= Babacar Khane =

Senegalese yogi

Babacar Khane (born January 2, 1935), also known as Yogi Khane, Yogi Babacar Khane and Maître Khane, is a practitioner of yoga, author, and mystical poet. His work has focused on the diffusion of yoga in Europe and its introduction into medical treatments. He founded the International Yoga Institute and an international yoga teacher training school, active now in Africa, America, Asia and Europe. He introduced a new way of teaching yoga based on Indian Hatha yoga asanas, Egyptian postures and Chinese exercises attributed by the Shaolin monks to Bodhidharma. He is one proponent of "Egyptian yoga", a branch of yoga based on the observation of the ancient-Egyptian art.

== Biography ==
Khane was born in Dakar, into a Sufi family. He learned yoga at an early age and became a disciple of Paramahansa Yogananda.
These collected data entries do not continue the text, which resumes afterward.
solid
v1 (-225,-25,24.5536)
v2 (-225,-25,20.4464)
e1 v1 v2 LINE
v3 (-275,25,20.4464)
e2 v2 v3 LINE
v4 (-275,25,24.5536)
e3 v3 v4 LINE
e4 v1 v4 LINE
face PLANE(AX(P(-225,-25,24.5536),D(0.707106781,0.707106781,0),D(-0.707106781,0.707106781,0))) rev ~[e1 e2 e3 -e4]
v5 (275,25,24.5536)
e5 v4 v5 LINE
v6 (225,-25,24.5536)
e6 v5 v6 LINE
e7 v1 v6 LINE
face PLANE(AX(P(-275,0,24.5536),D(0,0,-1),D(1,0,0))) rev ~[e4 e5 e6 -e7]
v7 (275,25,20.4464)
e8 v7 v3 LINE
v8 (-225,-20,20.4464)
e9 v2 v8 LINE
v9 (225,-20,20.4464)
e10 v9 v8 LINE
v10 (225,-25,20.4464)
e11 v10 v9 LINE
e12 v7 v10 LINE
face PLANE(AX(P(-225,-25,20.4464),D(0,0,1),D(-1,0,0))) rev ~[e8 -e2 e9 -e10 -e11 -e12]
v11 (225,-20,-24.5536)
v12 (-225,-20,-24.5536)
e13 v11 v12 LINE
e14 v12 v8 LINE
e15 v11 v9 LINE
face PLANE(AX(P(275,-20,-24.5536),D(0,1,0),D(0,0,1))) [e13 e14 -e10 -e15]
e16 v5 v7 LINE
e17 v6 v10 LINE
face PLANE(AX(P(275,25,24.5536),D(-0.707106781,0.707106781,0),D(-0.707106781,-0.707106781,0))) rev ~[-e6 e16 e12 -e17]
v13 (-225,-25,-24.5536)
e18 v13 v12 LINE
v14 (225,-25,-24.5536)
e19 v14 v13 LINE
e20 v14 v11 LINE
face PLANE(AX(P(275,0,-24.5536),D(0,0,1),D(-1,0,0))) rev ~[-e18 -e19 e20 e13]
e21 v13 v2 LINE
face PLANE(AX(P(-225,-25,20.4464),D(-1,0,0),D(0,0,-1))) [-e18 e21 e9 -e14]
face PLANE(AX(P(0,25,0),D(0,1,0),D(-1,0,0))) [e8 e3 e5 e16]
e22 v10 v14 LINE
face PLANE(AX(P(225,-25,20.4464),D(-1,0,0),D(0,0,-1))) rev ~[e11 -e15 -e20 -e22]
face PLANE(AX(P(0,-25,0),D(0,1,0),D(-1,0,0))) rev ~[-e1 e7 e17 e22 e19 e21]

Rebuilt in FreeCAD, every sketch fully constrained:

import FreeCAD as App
import Part
import Sketcher
Q = App.Units.Quantity


def add_polygon(sketch, points):
    """Adds a closed chain of lines whose ends are joined by coincident constraints."""
    first, n = sketch.GeometryCount, len(points)
    for a, b in zip(points, points[1:] + points[:1]):
        sketch.addGeometry(Part.LineSegment(App.Vector(*a, 0), App.Vector(*b, 0)), False)
    for i in range(n):
        sketch.addConstraint(Sketcher.Constraint("Coincident", first + i, 2, first + (i + 1) % n, 1))

doc = App.newDocument("Part")
body = doc.addObject("PartDesign::Body", "Body")

# Sketch on XZ plane
sketch1 = body.newObject("Sketcher::SketchObject", "Sketch")
sketch1.AttachmentSupport = (doc.getObject("XZ_Plane"), [""])
sketch1.MapMode = "FlatFace"
add_polygon(sketch1, [(-275, -25), (-275, 25), (275, 25), (275, -25)])  # lines 0-3
sketch1.addConstraint([
    Sketcher.Constraint("Vertical", 0),
    Sketcher.Constraint("Horizontal", 1),
    Sketcher.Constraint("Vertical", 2),
    Sketcher.Constraint("Horizontal", 3),
    Sketcher.Constraint("Symmetric", 0, 2, 2, 2, -1, 1),
    Sketcher.Constraint("DistanceX", 1, 1, 1, 2, Q("550 mm")),
    Sketcher.Constraint("DistanceY", 0, 1, 0, 2, Q("49.1072 mm")),
])
pad1 = body.newObject("PartDesign::Pad", "Pad")
pad1.Profile = sketch1
pad1.Length = 50
pad1.Midplane = True

# Sketch on YZ plane
sketch2 = body.newObject("Sketcher::SketchObject", "Sketch001")
sketch2.AttachmentSupport = (doc.getObject("YZ_Plane"), [""])
sketch2.MapMode = "FlatFace"
sketch2.AttachmentOffset = App.Placement(App.Vector(0, 0, 275), App.Rotation())
add_polygon(sketch2, [(-20, 20), (-20, -25), (25, -25), (25, 20)])  # lines 0-3
sketch2.addConstraint([
    Sketcher.Constraint("Vertical", 0),
    Sketcher.Constraint("Horizontal", 1),
    Sketcher.Constraint("Vertical", 2),
    Sketcher.Constraint("Horizontal", 3),
    Sketcher.Constraint("Equal", 3, 0),
    Sketcher.Constraint("DistanceX", 1, 1, 1, 2, Q("45 mm")),
    Sketcher.Constraint("DistanceX", 0, 2, -1, 1, Q("20 mm")),
    Sketcher.Constraint("DistanceY", 0, 2, -1, 1, Q("24.5536 mm")),
])
pocket1 = body.newObject("PartDesign::Pocket", "Pocket")
pocket1.Profile = sketch2
pocket1.Type = "ThroughAll"

# Sketch on XZ plane
sketch3 = body.newObject("Sketcher::SketchObject", "Sketch002")
sketch3.AttachmentSupport = (doc.getObject("XZ_Plane"), [""])
sketch3.MapMode = "FlatFace"
sketch3.AttachmentOffset = App.Placement(App.Vector(0, 0, 25), App.Rotation())
add_polygon(sketch3, [(275, -25), (275, 20), (225, 20), (225, -25)])  # lines 0-3
add_polygon(sketch3, [(-225, -25), (-225, 20), (-275, 20), (-275, -25)])  # lines 4-7
sketch3.addConstraint([
    Sketcher.Constraint("Vertical", 0),
    Sketcher.Constraint("Horizontal", 1),
    Sketcher.Constraint("Vertical", 2),
    Sketcher.Constraint("Horizontal", 3),
    Sketcher.Constraint("Vertical", 4),
    Sketcher.Constraint("Horizontal", 5),
    Sketcher.Constraint("Vertical", 6),
    Sketcher.Constraint("Horizontal", 7),
    Sketcher.Constraint("Symmetric", 1, 2, 4, 2, -2),
    Sketcher.Constraint("Symmetric", 3, 2, 6, 2, -2),
    Sketcher.Constraint("DistanceX", 1, 2, 1, 1, Q("50 mm")),
    Sketcher.Constraint("DistanceY", 0, 1, 0, 2, Q("45 mm")),
    Sketcher.Constraint("DistanceX", -1, 1, 0, 2, Q("275 mm")),
    Sketcher.Constraint("DistanceY", -1, 1, 0, 2, Q("20.4464 mm")),
])
pocket2 = body.newObject("PartDesign::Pocket", "Pocket001")
pocket2.Profile = sketch3
pocket2.Length = 10

# Sketch on XY plane
sketch4 = body.newObject("Sketcher::SketchObject", "Sketch003")
sketch4.AttachmentSupport = (doc.getObject("XY_Plane"), [""])
sketch4.MapMode = "FlatFace"
sketch4.AttachmentOffset = App.Placement(App.Vector(0, 0, 24.5536), App.Rotation())
add_polygon(sketch4, [(-275, -25), (-225, -25), (-275, 25)])  # lines 0-2
add_polygon(sketch4, [(275, 25), (225, -25), (275, -25)])  # lines 3-5
sketch4.addConstraint([
    Sketcher.Constraint("Horizontal", 0),
    Sketcher.Constraint("Vertical", 2),
    Sketcher.Constraint("Horizontal", 4),
    Sketcher.Constraint("Vertical", 5),
    Sketcher.Constraint("Symmetric", 1, 2, 4, 2, -1, 1),
    Sketcher.Constraint("Symmetric", 0, 2, 3, 2, -2),
    Sketcher.Constraint("Perpendicular", 1, 3),
    Sketcher.Constraint("Horizontal", 1, 2, 5, 2),
    Sketcher.Constraint("DistanceX", 0, 1, 0, 2, Q("50 mm")),
    Sketcher.Constraint("DistanceX", 0, 2, -1, 1, Q("225 mm")),
])
pocket3 = body.newObject("PartDesign::Pocket", "Pocket002")
pocket3.Profile = sketch4
pocket3.Length = 5

doc.recompute()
He founded the first center of the International Yoga Institute (or Institut International de Yoga) in Dakar, in 1960. In 1964, he was invited by Philippe Baumgartner, a French gerontologist and author of several books (among them, L'Homme et son Âge, Julliard, Paris, 1959; and 101 Conseils pour retrouver et développer la mémoire, Hachette, Paris, 1976, ISBN 2-01-002324-2) to take part with him in several international medical conferences in order to explain and show how yoga might be helpful against the ageing process. In 1965, Baumgartner asked him to collaborate with him in the treatment of his rheumatic patients in Aix-les-Bains. Both organised later an annual course of treatment in Gorée. This collaboration lasted until the death of Baumgartner in 1980 and was very important for the genesis of the therapeutic and preventive yoga method created by Khane. Baumgartner introduced Khane in several important European yoga schools and federations who invited him soon to give often seminars and hatha-yoga demonstrations. In 1972, he opened his first yoga teacher training school in Switzerland. In 1974, he became a member of the pedagogic committee of the Fédération Française de Yoga (called now the FNEY). In 1978, he decided to leave this Federation and devote himself entirely to the development of the International Yoga Institute in Europe, Africa and America. His yoga school now has branches in many countries throughout the world.

==Khane's teaching method==
When he began to introduce yoga in the treatment of Baumgartner's old and rheumatic patients, Khane had to adapt his teaching to the limited abilities of this new audience. For pedagogic reasons, he decided to introduce into his hatha-yoga lessons some Chinese exercises based on the inner style (Nei Shia) of the kung-fu method attributed to the Indian Buddhist monk Bodhidharma. He used in addition some postures depicted in the temples of ancient Egypt, which he calls "Egyptian yoga".

== Khane and Egyptian yoga ==

An Egyptian attitude, Dendera Temple.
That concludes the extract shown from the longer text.